普段は全くそのような素振りは見せないが熊八は確実に野生の面影を残している。それは戦闘時にしか垣間見ることが出来ないが、ハッキリと感じる。
「奴は強ぇが、俺はもっと強ぇ! ガハハ!」
「そう言うと思ったよ。でも、同じ依頼なら一緒に行動すれば良かったんじゃないか?」
人数が多ければ効率も上がるし、情報も多くなる。特に今回の依頼のように広域で調査する必要があるならば人手はあったほうがいいはずだ。
しかし、首を左右に振る熊八。
「ぅんにゃ。俺等は別で行動した方がいい。何故なら相手が鬼人族だからだ。なるべく奴等に見つからずに原因を突き止め、迅速に対処する。奴らは戦闘狂であり戦うために産まれてきたような連中だ。戦いは避けたい。それなのに、あれだけの大所帯なら見つけてくれと言ってるようなもんだ」
熊八にこれほど言わせるほどの相手が鬼人族。
そこまで言われると興味が湧き、一目見たくなるがこれは言わないでおこう。叱られるのが目に見えている。
更に、付け加えるようにポツリと告げた。
「まぁ、勝つ自信があるからこその行軍だろうがな。そうなるといいが……」
まるで、これから闘いが起こることを見越しているかのような言葉に俺は返す言葉が見つからなかった。
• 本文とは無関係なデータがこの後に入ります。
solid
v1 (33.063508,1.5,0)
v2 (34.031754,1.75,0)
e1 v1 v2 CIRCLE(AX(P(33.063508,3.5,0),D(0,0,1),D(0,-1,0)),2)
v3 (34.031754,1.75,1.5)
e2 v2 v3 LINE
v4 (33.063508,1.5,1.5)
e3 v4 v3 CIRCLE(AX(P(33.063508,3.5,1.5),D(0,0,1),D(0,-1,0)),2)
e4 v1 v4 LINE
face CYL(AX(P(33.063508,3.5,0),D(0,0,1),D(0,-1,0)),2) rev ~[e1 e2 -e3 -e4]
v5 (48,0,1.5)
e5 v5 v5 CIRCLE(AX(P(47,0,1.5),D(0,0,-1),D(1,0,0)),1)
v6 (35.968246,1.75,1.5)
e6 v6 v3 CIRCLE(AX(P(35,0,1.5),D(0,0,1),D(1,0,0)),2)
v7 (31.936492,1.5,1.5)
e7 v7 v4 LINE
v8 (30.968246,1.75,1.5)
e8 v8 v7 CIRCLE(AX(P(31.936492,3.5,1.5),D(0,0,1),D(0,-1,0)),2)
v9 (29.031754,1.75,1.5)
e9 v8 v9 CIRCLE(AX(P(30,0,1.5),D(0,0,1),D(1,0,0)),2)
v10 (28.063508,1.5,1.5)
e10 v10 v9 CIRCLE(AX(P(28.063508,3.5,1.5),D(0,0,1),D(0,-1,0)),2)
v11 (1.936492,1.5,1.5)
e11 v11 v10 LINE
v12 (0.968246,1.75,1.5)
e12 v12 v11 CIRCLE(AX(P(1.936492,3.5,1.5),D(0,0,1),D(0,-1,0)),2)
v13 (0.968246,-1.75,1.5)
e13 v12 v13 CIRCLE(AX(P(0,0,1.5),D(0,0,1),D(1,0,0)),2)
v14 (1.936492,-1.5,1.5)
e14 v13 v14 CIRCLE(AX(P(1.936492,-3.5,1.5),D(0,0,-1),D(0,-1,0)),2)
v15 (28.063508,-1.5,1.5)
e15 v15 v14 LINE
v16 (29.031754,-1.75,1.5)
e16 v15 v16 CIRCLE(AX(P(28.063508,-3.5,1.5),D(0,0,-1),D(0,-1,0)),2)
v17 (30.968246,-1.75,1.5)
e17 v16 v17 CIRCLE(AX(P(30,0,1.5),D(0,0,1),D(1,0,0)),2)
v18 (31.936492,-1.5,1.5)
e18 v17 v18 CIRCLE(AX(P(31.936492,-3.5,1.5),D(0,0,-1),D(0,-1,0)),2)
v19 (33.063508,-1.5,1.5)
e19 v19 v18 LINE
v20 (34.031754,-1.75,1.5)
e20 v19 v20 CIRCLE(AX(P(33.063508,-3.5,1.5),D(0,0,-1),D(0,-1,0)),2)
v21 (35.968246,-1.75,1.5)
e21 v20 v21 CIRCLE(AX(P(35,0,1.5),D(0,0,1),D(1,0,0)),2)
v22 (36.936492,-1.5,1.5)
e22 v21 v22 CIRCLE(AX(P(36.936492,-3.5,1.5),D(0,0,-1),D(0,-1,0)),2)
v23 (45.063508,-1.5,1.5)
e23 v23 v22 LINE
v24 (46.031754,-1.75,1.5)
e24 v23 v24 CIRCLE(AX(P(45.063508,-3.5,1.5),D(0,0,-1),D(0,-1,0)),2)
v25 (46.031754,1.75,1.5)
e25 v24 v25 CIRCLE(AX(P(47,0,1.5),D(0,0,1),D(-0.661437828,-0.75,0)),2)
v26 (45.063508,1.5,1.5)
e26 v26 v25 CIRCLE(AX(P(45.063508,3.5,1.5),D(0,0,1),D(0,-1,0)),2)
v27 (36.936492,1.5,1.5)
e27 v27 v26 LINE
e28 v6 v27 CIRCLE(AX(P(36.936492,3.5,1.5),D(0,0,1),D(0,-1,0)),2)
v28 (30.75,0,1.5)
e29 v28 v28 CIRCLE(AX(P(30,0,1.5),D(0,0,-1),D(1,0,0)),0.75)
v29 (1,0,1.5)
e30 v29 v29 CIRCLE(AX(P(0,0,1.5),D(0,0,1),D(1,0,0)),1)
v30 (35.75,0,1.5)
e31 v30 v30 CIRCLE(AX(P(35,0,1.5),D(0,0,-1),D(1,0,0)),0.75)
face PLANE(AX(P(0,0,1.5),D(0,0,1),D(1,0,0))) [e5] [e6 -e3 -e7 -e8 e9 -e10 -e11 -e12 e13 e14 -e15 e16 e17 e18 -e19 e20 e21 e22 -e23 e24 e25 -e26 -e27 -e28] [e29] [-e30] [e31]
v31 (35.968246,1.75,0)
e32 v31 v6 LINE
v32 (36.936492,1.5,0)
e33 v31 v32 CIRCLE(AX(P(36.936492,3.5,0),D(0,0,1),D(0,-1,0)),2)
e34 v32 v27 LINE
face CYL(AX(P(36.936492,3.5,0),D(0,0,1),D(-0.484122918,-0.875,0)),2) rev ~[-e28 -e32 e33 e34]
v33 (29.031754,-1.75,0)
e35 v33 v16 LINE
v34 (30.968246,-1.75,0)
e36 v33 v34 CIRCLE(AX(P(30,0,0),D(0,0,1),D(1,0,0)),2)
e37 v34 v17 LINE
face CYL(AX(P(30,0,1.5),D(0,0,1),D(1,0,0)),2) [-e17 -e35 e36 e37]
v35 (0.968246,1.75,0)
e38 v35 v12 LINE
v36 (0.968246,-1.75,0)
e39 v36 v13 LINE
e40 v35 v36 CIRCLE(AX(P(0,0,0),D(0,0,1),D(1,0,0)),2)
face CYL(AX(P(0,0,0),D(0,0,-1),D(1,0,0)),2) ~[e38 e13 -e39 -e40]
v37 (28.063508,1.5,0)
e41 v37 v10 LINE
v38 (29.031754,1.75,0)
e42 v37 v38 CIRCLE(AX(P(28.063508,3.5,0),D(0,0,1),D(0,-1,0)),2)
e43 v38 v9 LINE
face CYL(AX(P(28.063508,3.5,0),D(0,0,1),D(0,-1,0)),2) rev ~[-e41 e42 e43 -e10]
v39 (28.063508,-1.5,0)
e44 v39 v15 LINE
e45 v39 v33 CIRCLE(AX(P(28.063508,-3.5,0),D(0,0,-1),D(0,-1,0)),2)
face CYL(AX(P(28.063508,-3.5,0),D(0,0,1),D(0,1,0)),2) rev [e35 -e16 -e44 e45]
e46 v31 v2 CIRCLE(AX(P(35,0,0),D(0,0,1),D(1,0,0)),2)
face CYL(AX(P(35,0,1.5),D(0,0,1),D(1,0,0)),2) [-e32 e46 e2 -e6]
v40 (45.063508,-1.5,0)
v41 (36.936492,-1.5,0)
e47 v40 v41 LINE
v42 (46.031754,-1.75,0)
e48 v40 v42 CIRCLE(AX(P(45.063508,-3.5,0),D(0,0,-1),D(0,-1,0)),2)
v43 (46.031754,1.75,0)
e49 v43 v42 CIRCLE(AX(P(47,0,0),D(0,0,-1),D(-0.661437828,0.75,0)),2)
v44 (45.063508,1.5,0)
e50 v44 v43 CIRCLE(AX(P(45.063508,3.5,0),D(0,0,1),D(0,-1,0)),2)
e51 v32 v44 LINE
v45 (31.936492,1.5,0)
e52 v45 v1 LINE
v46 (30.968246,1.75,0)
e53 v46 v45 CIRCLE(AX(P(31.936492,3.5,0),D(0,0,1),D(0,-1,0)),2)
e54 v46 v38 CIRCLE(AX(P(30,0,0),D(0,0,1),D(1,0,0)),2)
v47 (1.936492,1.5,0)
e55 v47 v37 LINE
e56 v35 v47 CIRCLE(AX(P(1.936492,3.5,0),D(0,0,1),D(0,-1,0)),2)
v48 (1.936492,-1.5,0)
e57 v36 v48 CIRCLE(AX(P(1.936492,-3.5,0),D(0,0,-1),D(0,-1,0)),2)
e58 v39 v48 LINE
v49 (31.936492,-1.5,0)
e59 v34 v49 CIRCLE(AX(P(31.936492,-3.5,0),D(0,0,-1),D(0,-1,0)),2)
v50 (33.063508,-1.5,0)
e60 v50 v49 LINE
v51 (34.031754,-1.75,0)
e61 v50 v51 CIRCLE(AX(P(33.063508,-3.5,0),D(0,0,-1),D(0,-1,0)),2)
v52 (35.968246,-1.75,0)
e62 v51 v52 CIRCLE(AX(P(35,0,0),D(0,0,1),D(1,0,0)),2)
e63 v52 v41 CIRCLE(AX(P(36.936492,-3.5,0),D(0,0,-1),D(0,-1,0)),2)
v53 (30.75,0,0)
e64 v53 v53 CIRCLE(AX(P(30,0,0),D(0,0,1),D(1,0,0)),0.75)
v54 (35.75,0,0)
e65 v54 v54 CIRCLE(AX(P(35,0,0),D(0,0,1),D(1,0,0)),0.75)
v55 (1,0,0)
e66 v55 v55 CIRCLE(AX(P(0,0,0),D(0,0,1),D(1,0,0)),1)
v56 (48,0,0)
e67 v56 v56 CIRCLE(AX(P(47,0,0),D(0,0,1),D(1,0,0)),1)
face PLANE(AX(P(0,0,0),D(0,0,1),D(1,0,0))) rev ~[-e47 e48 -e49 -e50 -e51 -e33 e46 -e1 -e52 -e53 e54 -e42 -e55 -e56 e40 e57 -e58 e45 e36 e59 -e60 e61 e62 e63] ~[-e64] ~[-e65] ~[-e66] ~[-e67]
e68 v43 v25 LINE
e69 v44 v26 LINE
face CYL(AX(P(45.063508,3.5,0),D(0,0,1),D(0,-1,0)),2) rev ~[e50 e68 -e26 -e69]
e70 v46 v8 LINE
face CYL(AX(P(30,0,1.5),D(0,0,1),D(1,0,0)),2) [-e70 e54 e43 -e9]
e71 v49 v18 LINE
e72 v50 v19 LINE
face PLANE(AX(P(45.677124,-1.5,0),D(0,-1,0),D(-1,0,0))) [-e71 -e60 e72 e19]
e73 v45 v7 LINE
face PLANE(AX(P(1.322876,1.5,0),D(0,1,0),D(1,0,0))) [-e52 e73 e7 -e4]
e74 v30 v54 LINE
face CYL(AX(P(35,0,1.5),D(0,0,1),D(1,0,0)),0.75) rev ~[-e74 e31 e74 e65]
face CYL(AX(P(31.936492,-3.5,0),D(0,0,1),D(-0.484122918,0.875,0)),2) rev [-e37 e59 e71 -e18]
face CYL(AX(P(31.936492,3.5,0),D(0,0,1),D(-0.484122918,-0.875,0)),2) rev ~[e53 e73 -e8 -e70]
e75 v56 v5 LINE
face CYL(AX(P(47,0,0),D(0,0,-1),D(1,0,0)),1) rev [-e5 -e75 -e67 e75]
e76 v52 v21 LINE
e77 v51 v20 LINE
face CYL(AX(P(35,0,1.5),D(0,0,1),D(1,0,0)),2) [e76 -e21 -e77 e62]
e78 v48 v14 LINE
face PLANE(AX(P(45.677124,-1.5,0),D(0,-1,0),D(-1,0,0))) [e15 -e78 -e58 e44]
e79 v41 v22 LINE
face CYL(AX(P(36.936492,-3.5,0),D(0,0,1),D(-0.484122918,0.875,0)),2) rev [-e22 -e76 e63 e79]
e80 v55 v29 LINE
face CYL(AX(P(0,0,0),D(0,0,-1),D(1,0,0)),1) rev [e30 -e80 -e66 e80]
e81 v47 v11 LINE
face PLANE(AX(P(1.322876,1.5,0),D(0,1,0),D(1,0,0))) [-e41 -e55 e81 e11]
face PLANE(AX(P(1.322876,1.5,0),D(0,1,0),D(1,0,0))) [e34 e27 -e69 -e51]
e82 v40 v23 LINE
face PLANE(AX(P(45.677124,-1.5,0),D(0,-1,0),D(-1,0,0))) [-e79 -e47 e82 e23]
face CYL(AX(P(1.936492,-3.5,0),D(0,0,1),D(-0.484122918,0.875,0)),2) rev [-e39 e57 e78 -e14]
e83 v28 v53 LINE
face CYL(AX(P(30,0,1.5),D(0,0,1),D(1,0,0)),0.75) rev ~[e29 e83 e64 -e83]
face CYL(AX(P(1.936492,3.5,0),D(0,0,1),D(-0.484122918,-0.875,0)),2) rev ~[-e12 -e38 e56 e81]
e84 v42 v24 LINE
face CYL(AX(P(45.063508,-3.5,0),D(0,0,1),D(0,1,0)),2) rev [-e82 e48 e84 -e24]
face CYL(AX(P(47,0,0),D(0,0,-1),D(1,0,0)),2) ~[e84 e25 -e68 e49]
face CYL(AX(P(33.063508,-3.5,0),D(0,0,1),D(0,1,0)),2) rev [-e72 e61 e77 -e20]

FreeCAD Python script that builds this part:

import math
import FreeCAD as App
import Part
import Sketcher


def edges_at(feature, points):
    """Names of the edges that pass closest to the given points."""
    edges = feature.Shape.Edges
    near = lambda p: min(range(len(edges)), key=lambda i: edges[i].distToShape(Part.Vertex(*p))[0])
    return sorted({f"Edge{near(p) + 1}" for p in points})

doc = App.newDocument("Part")
body = doc.addObject("PartDesign::Body", "Body")

# Sketch on XY plane
sketch1 = body.newObject("Sketcher::SketchObject", "Sketch")
sketch1.AttachmentSupport = (doc.getObject("XY_Plane"), [""])
sketch1.MapMode = "FlatFace"
sketch1.addGeometry(Part.ArcOfCircle(Part.Circle(App.Vector(0, 0, 0), App.Vector(0, 0, 1), 2), math.radians(48.590378), math.radians(311.409622)), False)
sketch1.addGeometry(Part.LineSegment(App.Vector(1.322876, -1.5, 0), App.Vector(45.677124, -1.5, 0)), False)
sketch1.addGeometry(Part.ArcOfCircle(Part.Circle(App.Vector(47, 0, 0), App.Vector(0, 0, 1), 2), math.radians(-131.409622), math.radians(131.409622)), False)
sketch1.addGeometry(Part.LineSegment(App.Vector(45.677124, 1.5, 0), App.Vector(1.322876, 1.5, 0)), False)
sketch1.addGeometry(Part.Circle(App.Vector(0, 0, 0), App.Vector(0, 0, 1), 1), False)
sketch1.addGeometry(Part.Circle(App.Vector(47, 0, 0), App.Vector(0, 0, 1), 1), False)
sketch1.addConstraint(Sketcher.Constraint("Coincident", 0, 2, 1, 1))
sketch1.addConstraint(Sketcher.Constraint("Coincident", 1, 2, 2, 1))
sketch1.addConstraint(Sketcher.Constraint("Coincident", 2, 2, 3, 1))
sketch1.addConstraint(Sketcher.Constraint("Coincident", 3, 2, 0, 1))
sketch1.addConstraint(Sketcher.Constraint("Horizontal", 1))
sketch1.addConstraint(Sketcher.Constraint("Horizontal", 3))
sketch1.addConstraint(Sketcher.Constraint("Coincident", 0, 3, -1, 1))
sketch1.addConstraint(Sketcher.Constraint("Coincident", 4, 3, -1, 1))
sketch1.addConstraint(Sketcher.Constraint("Coincident", 5, 3, 2, 3))
sketch1.addConstraint(Sketcher.Constraint("Equal", 0, 2))
sketch1.addConstraint(Sketcher.Constraint("Equal", 4, 5))
sketch1.addConstraint(Sketcher.Constraint("Symmetric", 1, 2, 2, 2, -1))
sketch1.addConstraint(Sketcher.Constraint("Diameter", 4, 2.0))
sketch1.addConstraint(Sketcher.Constraint("Radius", 0, 2.0))
sketch1.addConstraint(Sketcher.Constraint("DistanceX", -1, 1, 2, 3, 47.0))
sketch1.addConstraint(Sketcher.Constraint("DistanceY", 1, 2, 2, 2, 3.0))
pad1 = body.newObject("PartDesign::Pad", "Pad")
pad1.Profile = sketch1
pad1.Length = 1.5
doc.recompute()

fillet = body.newObject("PartDesign::Fillet", "Fillet")
fillet.Base = (pad1, edges_at(pad1, [
    (1.323, 1.5, 0.75),
    (45.677, 1.5, 0.75),
    (45.677, -1.5, 0.75),
    (1.323, -1.5, 0.75),
]))
fillet.Radius = 2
それも決して優位に事が運ばないであろうニュアンスも含まれていることも沈黙に拍車をかける。
食事を終えたのち、交代で見張りを立てキャッツを召喚し今日一日の出来事を伝えた後就寝することにした。
言いようのない不安と初めての野宿の影響でなかなか寝付けなかったが瞼を閉じていると次第に微睡み、いつしか眠りに落ちていた。